Stored items
Start of Block

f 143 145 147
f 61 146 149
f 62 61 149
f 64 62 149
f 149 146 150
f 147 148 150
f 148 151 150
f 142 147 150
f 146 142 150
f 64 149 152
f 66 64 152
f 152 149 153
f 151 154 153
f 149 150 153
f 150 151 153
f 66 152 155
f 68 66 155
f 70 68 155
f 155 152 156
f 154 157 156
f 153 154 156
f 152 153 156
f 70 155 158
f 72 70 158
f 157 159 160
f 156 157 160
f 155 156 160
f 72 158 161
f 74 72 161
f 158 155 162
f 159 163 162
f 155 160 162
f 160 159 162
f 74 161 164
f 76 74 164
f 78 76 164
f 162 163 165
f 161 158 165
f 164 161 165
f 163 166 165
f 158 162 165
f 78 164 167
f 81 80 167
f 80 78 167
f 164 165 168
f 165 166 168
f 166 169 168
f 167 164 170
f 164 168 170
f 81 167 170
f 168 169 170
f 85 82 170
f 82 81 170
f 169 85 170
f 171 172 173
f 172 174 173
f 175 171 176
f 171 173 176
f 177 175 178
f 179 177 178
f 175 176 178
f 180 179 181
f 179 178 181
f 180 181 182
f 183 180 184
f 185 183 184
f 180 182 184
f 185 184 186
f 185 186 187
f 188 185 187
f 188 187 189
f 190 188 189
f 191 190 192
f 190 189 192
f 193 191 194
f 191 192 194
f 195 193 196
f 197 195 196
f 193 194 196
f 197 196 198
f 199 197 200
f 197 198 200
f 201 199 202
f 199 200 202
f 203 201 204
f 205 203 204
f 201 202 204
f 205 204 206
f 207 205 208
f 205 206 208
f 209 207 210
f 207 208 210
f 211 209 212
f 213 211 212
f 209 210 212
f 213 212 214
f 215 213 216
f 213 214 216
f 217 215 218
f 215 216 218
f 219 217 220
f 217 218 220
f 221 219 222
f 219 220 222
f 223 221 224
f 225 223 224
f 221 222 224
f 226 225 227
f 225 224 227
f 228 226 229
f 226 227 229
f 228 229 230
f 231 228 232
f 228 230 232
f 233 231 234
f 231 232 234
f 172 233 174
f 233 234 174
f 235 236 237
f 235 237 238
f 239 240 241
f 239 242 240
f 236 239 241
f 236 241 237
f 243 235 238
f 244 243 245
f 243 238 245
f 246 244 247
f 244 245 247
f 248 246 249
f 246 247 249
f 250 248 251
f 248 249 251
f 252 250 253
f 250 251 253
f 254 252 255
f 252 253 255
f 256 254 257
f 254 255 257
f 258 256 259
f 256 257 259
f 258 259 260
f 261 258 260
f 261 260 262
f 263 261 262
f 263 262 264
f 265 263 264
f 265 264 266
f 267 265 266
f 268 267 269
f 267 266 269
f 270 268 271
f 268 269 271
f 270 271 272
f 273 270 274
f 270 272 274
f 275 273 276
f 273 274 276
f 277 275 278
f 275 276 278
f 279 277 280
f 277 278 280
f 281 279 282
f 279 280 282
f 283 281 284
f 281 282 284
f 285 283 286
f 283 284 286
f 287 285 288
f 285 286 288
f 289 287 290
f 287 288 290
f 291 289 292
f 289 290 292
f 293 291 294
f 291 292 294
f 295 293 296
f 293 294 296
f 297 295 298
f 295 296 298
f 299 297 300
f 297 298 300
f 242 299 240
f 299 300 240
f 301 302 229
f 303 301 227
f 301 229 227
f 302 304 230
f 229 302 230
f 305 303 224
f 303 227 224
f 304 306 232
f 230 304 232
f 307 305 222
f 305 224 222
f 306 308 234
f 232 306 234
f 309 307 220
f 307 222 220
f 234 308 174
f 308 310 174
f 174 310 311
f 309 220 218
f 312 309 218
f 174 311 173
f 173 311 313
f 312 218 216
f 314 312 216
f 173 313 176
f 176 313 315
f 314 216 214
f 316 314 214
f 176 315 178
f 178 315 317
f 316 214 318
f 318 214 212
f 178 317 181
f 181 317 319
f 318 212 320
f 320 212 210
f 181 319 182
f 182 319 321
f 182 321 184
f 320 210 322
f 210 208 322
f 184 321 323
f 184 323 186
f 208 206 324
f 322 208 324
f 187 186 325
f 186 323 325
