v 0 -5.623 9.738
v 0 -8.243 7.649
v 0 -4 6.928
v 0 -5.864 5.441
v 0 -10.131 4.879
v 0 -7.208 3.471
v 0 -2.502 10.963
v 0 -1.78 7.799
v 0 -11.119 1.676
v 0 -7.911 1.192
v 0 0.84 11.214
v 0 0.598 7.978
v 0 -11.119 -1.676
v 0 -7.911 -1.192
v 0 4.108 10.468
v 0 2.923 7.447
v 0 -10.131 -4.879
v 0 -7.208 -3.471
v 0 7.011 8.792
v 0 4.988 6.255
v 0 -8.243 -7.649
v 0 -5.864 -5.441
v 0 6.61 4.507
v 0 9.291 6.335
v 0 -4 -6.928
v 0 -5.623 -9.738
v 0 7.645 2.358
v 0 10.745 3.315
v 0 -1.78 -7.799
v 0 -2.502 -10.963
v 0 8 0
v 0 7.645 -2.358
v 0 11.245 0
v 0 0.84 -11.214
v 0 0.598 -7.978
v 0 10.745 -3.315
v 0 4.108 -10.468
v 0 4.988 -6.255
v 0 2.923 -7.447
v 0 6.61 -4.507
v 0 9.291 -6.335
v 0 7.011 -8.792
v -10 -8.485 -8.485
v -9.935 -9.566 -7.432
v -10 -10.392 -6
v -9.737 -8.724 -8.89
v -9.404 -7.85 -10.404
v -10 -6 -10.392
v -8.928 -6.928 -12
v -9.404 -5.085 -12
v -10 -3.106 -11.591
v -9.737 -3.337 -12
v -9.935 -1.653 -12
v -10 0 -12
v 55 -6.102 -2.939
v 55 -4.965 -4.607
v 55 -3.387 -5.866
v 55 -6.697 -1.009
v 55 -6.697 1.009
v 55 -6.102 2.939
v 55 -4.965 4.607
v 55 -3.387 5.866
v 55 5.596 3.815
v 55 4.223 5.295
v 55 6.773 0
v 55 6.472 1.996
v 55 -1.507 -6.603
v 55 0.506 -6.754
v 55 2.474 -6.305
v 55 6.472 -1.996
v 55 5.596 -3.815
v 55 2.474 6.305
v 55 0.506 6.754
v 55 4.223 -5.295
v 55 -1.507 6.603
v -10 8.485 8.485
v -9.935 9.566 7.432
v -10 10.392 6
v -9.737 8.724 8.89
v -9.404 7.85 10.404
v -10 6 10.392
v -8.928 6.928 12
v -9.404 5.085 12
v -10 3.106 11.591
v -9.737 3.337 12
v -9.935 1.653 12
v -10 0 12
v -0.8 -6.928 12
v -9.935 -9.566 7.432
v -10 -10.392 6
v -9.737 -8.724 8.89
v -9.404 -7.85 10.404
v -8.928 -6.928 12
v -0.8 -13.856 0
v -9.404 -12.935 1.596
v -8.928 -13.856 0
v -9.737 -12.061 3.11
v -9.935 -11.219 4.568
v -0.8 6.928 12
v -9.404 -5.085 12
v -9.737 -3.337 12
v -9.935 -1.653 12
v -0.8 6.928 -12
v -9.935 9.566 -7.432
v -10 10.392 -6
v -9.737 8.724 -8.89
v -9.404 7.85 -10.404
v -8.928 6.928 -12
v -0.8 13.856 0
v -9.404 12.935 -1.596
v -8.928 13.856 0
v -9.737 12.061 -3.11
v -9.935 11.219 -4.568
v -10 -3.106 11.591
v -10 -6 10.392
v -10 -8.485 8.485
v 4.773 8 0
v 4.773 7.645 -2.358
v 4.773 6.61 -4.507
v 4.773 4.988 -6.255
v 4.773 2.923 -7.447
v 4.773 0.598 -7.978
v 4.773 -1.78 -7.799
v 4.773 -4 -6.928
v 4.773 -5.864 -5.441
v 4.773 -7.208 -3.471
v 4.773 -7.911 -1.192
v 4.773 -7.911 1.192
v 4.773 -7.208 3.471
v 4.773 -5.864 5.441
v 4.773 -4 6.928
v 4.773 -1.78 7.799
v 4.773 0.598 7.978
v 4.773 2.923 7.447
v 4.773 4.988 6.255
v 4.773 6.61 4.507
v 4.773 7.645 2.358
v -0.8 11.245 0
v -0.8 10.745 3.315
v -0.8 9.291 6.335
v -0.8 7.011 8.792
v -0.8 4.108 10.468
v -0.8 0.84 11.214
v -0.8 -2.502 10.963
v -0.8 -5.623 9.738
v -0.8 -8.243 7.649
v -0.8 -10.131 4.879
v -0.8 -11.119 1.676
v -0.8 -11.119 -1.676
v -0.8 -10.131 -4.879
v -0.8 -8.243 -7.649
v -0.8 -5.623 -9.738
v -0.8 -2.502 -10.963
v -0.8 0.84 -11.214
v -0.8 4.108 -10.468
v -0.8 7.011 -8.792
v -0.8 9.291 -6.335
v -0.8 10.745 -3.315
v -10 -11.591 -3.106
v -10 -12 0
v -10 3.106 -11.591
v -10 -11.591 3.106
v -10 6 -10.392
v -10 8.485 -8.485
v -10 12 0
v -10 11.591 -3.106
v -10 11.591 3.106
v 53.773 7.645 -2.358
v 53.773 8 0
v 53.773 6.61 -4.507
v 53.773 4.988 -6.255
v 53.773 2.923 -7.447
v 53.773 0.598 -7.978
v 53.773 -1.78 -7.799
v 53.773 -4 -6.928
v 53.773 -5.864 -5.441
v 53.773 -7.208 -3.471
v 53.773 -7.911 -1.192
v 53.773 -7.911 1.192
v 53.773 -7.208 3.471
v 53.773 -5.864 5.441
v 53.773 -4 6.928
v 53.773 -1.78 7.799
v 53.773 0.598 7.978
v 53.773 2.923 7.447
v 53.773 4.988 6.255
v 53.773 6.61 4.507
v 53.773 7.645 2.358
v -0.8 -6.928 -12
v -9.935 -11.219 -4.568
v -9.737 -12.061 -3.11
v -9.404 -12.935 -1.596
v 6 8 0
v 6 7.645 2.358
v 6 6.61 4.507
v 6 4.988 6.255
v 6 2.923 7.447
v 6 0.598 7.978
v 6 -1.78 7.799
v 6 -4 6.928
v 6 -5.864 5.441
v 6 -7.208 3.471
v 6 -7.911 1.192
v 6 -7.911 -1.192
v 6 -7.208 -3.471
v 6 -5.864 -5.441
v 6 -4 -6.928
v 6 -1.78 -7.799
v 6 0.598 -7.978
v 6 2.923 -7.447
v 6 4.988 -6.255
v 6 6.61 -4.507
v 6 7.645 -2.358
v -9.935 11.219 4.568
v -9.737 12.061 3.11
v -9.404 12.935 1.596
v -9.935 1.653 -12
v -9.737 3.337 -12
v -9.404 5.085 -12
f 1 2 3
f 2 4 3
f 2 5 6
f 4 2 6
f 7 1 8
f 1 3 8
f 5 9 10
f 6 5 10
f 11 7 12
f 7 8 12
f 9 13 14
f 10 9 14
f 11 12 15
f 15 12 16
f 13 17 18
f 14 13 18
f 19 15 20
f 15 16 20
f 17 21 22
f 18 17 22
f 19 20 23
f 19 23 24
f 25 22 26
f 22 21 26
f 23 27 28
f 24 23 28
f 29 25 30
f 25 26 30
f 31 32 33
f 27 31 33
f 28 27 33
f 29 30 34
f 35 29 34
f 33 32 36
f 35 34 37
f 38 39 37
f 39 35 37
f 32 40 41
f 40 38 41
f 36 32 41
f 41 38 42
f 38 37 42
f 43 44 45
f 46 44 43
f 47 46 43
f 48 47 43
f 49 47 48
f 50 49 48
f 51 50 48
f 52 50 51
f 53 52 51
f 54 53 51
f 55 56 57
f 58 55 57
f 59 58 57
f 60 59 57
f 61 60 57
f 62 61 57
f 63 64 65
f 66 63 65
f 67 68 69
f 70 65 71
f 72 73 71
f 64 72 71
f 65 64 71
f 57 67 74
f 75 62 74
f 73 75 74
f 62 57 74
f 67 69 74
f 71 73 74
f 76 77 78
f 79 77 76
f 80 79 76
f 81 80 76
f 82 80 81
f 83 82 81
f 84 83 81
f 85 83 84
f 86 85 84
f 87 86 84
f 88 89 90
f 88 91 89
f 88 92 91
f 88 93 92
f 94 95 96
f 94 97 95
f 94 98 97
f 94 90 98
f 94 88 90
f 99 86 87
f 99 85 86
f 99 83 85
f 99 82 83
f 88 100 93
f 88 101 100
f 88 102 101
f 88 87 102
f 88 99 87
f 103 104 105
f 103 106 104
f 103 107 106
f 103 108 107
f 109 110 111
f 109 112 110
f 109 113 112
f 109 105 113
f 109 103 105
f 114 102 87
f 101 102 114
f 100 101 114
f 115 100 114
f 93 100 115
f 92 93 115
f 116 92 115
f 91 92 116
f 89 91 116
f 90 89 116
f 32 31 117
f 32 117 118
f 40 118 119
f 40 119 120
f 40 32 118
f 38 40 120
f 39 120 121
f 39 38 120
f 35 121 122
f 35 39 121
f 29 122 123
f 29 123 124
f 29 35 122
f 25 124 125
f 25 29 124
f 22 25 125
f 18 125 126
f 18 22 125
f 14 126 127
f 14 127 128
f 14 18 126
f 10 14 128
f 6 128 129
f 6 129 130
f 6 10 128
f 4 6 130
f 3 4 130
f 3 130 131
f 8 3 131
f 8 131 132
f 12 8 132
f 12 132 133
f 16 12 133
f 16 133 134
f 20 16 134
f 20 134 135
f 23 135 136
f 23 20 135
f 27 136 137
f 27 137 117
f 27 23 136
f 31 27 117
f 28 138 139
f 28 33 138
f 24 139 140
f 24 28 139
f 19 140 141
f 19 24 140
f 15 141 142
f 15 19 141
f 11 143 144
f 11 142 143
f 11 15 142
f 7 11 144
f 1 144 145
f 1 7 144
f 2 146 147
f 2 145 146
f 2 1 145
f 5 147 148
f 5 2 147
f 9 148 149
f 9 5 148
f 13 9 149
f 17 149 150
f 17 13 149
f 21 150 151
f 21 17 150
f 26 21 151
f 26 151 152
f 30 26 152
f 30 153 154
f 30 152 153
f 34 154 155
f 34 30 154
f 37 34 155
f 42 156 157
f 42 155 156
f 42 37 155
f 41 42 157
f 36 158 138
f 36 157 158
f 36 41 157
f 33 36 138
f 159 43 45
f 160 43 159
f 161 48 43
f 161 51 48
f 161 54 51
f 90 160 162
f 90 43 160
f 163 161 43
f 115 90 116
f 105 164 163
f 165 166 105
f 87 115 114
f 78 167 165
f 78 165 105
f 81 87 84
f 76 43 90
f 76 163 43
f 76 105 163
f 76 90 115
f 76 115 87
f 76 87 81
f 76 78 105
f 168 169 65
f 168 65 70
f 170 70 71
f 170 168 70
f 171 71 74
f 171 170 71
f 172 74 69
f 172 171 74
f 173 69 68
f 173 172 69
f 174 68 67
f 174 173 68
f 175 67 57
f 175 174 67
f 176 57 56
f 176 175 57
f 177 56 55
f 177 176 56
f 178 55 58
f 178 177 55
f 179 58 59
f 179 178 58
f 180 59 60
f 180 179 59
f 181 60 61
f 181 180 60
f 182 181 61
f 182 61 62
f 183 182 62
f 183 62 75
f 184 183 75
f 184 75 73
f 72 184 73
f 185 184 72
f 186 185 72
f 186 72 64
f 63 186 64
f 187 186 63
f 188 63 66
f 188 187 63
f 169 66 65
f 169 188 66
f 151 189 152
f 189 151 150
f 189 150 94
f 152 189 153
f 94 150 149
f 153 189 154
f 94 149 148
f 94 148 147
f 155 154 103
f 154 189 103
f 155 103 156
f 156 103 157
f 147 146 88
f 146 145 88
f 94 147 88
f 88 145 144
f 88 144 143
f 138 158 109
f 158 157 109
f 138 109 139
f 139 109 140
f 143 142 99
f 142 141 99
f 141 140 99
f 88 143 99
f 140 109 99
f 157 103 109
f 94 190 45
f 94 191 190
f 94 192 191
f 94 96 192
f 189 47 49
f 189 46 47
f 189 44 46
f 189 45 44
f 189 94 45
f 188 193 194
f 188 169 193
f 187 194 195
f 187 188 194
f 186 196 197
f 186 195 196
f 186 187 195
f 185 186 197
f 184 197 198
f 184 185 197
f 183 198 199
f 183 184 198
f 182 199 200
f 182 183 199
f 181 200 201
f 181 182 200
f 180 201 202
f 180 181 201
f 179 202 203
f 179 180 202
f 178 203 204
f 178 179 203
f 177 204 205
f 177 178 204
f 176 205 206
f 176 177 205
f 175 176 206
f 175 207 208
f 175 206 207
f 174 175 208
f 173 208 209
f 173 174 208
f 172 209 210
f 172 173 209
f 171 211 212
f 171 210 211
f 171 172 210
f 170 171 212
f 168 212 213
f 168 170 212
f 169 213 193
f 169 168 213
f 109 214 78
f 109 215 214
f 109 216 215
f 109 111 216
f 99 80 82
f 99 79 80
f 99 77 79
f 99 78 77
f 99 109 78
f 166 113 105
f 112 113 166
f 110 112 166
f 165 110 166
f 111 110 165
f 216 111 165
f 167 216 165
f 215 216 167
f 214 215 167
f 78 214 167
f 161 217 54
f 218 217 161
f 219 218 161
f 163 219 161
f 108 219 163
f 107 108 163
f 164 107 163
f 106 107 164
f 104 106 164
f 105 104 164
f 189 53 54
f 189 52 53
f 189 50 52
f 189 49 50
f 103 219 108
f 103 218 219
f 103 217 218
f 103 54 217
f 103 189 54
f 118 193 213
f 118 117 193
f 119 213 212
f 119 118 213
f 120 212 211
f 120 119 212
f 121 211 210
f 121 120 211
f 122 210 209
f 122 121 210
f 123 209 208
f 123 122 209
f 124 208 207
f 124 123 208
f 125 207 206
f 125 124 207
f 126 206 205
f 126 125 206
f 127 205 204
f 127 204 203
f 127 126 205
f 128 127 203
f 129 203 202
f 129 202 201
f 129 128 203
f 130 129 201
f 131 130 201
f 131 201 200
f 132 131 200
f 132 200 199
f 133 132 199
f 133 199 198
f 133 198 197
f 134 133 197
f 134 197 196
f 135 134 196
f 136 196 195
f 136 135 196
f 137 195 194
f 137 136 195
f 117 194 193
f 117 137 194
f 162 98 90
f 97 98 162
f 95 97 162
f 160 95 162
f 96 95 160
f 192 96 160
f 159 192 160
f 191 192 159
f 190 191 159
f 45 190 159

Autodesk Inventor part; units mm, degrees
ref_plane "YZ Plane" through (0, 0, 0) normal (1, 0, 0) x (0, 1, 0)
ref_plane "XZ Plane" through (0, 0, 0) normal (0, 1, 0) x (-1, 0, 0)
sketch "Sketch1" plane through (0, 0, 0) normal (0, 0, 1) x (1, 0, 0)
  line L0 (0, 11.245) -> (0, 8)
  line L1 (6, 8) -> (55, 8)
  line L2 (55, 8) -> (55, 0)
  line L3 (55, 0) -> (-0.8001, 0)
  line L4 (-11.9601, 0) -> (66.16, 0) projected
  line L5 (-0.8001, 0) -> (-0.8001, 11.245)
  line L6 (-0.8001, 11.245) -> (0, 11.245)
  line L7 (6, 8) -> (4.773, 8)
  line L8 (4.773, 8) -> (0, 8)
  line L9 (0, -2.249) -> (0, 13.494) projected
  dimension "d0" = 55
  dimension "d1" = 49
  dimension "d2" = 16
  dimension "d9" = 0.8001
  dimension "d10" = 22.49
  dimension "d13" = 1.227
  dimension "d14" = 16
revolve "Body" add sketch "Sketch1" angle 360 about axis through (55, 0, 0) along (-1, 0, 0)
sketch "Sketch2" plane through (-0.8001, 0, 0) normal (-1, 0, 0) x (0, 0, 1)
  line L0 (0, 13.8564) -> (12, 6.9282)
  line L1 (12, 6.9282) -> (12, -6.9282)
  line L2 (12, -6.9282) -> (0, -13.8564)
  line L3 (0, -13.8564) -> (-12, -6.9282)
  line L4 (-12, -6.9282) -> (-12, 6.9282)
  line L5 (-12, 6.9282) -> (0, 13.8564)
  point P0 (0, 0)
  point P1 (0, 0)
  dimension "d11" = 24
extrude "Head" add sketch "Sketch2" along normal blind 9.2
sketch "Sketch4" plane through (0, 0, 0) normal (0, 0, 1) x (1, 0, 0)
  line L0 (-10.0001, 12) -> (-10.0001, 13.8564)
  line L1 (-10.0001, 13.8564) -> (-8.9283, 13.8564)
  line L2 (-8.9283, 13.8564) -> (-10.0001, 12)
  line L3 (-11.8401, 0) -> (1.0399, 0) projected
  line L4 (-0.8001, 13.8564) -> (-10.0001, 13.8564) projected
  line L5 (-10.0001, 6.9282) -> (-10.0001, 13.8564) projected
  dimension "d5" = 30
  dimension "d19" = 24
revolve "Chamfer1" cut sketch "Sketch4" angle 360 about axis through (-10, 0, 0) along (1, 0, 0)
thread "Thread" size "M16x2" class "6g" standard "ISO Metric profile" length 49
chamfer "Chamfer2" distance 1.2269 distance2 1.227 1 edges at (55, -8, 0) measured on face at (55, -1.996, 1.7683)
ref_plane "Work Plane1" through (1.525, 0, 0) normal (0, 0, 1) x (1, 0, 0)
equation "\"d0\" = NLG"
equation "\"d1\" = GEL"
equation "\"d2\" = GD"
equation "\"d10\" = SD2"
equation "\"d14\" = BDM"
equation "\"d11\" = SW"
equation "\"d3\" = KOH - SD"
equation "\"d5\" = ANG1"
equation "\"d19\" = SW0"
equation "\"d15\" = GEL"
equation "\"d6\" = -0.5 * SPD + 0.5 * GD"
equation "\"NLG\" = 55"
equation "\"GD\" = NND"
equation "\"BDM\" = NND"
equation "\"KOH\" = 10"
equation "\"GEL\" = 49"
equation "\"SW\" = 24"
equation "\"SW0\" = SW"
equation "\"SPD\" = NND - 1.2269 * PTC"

End of Block
Start of Block

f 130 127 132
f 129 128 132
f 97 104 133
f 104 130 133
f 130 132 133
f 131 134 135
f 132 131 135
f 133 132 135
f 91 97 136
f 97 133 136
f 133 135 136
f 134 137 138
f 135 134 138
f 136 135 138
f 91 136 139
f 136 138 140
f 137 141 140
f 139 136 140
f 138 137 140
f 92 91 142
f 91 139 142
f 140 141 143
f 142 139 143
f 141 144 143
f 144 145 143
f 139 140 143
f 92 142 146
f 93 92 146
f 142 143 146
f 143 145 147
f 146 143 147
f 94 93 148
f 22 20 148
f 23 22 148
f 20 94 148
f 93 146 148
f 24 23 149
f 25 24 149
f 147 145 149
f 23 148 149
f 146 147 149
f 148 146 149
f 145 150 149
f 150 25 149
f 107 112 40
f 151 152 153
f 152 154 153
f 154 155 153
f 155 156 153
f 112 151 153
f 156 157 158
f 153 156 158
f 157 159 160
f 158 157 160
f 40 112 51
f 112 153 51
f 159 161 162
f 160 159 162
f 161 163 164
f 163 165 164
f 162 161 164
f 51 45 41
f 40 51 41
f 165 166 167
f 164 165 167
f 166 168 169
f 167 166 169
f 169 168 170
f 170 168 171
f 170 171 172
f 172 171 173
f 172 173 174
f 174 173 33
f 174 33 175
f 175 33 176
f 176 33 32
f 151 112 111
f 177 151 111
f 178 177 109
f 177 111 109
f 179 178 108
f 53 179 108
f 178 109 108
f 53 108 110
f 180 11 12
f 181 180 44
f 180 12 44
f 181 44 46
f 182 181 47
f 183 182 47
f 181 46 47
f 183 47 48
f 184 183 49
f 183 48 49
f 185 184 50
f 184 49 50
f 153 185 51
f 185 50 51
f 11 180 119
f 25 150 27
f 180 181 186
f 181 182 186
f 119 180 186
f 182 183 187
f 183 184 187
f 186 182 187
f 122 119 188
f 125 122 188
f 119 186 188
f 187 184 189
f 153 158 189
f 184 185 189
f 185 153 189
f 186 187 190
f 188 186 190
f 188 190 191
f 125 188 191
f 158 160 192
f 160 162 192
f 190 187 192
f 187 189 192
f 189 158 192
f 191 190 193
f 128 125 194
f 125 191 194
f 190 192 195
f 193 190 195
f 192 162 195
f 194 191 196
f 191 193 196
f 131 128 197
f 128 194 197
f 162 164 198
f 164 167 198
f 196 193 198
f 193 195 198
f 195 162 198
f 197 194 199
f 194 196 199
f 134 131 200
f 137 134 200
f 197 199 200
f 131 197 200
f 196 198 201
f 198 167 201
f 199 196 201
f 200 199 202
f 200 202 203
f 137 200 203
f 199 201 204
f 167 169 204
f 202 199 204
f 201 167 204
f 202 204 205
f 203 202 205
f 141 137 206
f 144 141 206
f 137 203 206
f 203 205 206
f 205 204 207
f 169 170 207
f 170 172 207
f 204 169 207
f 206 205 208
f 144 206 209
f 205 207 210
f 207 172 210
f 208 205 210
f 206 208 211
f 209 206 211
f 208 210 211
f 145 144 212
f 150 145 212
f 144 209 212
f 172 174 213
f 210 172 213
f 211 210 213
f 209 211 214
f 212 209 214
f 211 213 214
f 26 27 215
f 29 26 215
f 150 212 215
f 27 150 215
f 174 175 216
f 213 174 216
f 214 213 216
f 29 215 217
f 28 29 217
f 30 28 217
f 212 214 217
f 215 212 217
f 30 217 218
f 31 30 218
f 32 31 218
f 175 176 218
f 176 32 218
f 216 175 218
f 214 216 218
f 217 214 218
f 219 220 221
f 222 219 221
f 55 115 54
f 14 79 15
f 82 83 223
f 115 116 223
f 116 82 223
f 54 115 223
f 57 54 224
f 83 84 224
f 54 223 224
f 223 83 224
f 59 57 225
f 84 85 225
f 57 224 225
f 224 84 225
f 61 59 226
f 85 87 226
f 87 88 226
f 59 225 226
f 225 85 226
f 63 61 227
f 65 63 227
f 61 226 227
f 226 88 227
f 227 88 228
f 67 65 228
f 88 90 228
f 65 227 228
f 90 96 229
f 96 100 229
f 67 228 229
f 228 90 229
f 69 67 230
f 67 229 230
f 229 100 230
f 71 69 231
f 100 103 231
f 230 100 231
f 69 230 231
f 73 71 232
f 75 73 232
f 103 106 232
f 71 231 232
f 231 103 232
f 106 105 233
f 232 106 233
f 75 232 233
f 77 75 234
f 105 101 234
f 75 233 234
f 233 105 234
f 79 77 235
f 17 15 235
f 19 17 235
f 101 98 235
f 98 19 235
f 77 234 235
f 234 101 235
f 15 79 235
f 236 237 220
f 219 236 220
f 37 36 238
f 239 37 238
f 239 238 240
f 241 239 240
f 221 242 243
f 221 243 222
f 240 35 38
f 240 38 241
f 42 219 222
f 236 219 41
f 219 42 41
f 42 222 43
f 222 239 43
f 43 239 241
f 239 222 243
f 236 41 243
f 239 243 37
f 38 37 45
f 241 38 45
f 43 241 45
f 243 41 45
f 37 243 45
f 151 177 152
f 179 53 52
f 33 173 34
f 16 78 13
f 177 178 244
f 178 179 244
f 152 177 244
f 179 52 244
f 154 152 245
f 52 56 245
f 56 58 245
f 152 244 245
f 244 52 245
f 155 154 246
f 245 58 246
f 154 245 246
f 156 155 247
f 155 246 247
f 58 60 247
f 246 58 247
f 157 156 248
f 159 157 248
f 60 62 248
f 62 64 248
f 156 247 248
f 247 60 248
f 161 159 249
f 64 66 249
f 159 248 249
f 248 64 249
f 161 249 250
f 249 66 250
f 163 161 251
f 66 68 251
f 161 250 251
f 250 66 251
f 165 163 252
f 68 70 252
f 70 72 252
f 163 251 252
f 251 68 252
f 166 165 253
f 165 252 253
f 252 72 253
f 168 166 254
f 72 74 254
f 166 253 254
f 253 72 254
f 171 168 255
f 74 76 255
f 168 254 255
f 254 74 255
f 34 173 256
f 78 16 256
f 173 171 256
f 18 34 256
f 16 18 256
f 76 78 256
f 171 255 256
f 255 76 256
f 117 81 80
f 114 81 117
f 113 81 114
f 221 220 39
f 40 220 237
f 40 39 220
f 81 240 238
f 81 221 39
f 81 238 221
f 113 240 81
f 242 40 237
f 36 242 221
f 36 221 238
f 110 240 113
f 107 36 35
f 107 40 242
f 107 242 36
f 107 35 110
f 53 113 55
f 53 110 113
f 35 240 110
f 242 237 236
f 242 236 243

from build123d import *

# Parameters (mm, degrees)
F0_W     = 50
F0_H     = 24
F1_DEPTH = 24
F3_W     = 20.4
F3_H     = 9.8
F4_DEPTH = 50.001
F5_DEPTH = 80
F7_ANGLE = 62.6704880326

End of Block

### What the task requires
Set down, unchanged, only those lines above that fall between the line with "f 191 192 194" and the line with "f 239 242 240", the two end lines included.

### Answer to this exercise
f 191 192 194
f 195 193 196
f 197 195 196
f 193 194 196
f 197 196 198
f 199 197 200
f 197 198 200
f 201 199 202
f 199 200 202
f 203 201 204
f 205 203 204
f 201 202 204
f 205 204 206
f 207 205 208
f 205 206 208
f 209 207 210
f 207 208 210
f 211 209 212
f 213 211 212
f 209 210 212
f 213 212 214
f 215 213 216
f 213 214 216
f 217 215 218
f 215 216 218
f 219 217 220
f 217 218 220
f 221 219 222
f 219 220 222
f 223 221 224
f 225 223 224
f 221 222 224
f 226 225 227
f 225 224 227
f 228 226 229
f 226 227 229
f 228 229 230
f 231 228 232
f 228 230 232
f 233 231 234
f 231 232 234
f 172 233 174
f 233 234 174
f 235 236 237
f 235 237 238
f 239 240 241
f 239 242 240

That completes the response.